The truth is, the after-birth of new motherhood is equally as hard as birth itself—perhaps more so since it lasts longer. For the first few months, you will use your body and your mind entirely for another human, and you’ll do so on very little sleep. You’ll fear leaving the house because of feeding times and flu season. You’ll scroll through social media and see people having fun while you’re sore and overspent. You’ll love this little human so much it hurts, but long for free time to do more than just shower.
But here’s the fabulous news about being a new mom: It doesn’t last forever.
This isn’t meant to sugarcoat the hardships, but rather to inspire hope.
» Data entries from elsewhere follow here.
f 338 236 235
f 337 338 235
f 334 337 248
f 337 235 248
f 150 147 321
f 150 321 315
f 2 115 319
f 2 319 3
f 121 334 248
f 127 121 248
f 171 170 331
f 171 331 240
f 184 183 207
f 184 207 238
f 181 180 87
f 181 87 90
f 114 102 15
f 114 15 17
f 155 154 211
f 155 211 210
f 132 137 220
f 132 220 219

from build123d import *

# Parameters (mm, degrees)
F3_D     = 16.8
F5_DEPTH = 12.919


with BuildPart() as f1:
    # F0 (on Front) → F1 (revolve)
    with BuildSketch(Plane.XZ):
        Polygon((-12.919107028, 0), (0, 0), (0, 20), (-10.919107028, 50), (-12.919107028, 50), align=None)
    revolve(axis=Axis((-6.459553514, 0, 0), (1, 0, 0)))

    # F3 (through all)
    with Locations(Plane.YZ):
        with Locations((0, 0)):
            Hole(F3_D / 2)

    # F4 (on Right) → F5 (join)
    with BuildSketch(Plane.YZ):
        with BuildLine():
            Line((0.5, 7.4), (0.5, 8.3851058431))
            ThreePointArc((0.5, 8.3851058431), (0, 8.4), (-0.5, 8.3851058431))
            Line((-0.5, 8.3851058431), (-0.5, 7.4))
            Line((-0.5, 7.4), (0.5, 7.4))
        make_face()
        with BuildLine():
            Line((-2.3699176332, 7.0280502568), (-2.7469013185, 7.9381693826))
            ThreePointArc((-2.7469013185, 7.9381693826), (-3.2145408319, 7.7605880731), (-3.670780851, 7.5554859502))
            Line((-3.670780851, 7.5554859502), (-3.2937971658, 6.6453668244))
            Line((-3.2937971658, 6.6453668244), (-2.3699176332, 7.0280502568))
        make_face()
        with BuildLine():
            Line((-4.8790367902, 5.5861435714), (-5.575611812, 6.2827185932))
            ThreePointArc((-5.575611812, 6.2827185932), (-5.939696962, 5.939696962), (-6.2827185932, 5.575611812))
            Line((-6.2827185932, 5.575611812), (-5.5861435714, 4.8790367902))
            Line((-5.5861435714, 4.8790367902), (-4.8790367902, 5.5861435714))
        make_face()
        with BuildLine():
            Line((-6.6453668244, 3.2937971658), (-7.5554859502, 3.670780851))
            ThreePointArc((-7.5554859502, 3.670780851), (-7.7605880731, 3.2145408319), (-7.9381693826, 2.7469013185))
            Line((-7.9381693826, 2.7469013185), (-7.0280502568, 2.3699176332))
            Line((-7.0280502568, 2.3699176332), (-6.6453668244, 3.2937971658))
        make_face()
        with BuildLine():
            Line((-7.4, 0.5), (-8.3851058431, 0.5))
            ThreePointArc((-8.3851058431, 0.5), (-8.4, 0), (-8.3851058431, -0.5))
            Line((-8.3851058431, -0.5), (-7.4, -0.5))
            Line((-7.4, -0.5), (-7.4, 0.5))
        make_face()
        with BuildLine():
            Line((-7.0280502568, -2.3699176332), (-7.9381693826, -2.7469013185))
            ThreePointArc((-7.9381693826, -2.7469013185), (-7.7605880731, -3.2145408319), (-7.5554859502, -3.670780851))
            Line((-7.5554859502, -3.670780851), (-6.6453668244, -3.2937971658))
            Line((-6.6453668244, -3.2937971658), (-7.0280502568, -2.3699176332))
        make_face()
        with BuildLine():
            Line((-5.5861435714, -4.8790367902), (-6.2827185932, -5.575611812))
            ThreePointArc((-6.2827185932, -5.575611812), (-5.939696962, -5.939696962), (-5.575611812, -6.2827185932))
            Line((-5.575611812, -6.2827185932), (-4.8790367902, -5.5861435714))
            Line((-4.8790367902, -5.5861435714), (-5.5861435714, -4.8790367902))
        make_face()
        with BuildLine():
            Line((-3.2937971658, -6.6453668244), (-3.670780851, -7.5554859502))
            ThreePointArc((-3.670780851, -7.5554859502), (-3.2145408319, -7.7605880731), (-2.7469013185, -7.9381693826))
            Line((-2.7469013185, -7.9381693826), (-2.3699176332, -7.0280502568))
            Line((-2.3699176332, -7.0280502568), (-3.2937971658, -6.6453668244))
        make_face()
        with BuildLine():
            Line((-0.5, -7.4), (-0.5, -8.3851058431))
One day you’ll wake up before they do. One day you’ll be feeding them, and they’ll lock eyes with you and smile. There will come a moment when you start to feel more confident leaving the house and begin to reenter the world again.
The point is, we get our footing eventually. But it takes time, patience and sometimes medication.
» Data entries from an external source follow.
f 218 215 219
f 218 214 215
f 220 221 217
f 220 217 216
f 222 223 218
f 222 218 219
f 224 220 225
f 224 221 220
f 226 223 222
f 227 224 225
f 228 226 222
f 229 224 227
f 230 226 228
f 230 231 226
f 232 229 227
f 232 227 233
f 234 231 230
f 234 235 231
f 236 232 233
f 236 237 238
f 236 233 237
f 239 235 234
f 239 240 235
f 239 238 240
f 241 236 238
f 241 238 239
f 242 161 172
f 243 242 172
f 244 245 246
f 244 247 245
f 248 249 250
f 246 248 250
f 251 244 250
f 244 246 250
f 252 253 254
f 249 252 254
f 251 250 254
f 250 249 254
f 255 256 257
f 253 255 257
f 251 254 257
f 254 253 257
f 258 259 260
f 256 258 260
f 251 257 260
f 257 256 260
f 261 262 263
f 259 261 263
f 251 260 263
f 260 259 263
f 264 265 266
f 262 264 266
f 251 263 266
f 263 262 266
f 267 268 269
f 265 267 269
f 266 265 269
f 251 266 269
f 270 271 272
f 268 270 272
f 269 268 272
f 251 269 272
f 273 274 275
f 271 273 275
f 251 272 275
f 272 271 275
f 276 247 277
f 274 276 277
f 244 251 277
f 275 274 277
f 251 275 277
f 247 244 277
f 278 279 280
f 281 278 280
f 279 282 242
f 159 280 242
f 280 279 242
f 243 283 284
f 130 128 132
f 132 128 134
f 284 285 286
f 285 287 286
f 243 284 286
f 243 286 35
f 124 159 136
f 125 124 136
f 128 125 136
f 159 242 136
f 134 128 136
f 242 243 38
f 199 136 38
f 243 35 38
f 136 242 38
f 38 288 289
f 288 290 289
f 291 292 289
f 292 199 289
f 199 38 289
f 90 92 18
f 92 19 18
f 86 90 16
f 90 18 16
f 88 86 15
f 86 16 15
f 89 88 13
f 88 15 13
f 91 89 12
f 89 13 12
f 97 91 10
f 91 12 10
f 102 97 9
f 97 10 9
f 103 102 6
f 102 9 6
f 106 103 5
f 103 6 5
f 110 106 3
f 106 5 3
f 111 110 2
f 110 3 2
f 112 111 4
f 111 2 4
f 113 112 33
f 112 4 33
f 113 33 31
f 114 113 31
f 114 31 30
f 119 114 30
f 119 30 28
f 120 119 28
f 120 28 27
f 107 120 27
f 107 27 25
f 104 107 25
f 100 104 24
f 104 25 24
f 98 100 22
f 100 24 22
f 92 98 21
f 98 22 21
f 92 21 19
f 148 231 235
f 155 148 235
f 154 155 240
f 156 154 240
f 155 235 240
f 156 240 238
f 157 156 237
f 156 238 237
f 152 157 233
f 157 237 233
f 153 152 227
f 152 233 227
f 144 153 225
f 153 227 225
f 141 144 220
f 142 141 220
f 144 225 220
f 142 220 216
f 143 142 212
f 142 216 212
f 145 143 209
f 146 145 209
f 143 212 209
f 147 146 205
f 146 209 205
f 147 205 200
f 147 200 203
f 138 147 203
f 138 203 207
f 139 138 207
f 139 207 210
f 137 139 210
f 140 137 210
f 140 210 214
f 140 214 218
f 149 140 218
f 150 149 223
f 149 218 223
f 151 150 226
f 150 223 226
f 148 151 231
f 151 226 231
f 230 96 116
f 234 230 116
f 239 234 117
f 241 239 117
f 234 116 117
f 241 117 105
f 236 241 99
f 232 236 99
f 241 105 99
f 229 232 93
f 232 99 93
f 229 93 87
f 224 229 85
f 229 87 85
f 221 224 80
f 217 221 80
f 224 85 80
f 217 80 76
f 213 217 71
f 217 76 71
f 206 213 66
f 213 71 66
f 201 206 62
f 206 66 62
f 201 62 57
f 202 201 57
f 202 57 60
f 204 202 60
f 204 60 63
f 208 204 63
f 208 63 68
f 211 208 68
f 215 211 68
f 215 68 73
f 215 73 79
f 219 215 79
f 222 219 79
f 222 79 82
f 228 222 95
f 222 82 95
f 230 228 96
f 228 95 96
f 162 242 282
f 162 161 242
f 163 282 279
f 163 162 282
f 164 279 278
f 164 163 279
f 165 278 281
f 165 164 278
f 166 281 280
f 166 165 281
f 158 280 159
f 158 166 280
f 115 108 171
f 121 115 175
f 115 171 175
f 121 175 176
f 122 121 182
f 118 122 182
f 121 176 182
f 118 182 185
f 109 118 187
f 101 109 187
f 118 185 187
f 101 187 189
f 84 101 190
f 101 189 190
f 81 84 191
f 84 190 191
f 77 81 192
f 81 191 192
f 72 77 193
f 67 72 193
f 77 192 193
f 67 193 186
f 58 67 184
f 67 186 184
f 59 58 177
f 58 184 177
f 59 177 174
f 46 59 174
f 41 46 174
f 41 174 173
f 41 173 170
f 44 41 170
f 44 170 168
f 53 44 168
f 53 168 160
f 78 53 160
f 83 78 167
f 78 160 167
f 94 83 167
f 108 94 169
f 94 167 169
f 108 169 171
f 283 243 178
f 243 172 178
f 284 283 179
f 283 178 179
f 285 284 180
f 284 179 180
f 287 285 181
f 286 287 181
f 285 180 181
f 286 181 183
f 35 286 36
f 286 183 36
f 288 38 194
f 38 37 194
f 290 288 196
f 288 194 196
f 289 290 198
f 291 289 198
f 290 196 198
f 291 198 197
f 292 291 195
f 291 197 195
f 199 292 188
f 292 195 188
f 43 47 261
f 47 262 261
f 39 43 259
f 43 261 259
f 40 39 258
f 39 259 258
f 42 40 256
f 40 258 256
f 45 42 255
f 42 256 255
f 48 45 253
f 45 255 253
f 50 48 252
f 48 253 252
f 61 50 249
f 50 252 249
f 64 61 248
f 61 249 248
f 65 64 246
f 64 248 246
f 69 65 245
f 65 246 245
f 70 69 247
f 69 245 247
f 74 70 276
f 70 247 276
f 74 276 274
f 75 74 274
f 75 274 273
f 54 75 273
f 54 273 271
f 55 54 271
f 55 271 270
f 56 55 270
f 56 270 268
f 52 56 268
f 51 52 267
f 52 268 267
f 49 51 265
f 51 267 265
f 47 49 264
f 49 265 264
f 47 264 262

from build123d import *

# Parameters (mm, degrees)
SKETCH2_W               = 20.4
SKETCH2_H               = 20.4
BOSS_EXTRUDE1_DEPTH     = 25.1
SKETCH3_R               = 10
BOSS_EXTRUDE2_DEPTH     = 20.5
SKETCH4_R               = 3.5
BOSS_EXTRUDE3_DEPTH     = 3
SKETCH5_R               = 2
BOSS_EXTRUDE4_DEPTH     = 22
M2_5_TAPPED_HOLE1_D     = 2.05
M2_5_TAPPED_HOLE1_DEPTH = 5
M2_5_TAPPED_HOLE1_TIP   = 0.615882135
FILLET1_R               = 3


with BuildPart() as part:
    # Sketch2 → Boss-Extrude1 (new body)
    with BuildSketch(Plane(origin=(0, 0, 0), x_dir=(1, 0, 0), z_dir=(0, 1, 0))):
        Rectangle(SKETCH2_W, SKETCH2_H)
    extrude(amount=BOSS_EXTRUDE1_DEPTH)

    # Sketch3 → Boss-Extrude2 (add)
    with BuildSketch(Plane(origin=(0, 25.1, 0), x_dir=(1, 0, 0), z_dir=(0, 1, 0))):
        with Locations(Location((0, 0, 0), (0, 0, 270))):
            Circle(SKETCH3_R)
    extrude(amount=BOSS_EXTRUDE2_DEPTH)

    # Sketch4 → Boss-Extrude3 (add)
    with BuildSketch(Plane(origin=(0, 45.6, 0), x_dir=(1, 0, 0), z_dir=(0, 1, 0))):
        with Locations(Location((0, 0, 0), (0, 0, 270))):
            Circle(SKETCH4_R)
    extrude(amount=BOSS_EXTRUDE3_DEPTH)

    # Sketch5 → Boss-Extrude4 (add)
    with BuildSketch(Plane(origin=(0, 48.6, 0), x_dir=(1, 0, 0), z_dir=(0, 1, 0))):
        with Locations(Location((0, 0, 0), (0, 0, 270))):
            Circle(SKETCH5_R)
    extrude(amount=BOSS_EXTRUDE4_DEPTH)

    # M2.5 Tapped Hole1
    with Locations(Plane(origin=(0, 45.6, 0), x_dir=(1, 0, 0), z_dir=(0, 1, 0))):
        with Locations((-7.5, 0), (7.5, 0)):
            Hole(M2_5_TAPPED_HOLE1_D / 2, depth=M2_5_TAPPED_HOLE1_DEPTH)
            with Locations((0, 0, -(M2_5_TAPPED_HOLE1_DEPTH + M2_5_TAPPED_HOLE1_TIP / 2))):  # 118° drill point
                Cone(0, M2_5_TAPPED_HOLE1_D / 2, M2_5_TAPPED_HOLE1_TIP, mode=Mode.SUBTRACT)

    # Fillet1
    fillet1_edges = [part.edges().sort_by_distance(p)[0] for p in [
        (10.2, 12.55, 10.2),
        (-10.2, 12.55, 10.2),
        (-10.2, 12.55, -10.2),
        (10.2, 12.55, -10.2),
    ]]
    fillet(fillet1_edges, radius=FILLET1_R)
It also, as they say, takes a village. If you know someone who’s recently had a baby, here’s the number one thing you can do for her: Offer help. And if you are someone who’s recently had that baby, accept that help.
Here’s where we go wrong in supporting new mothers: We state, with great intent, “Let me know if you need anything.” But a new mom never will. Women are conditioned to do it all and do it well. Asking for help isn’t in our DNA any more so than men stopping for directions. So when we’re lost in new motherhood, drowning in peri-pads and postpartum depression, we feel the need to shoulder it alone. But we must stop.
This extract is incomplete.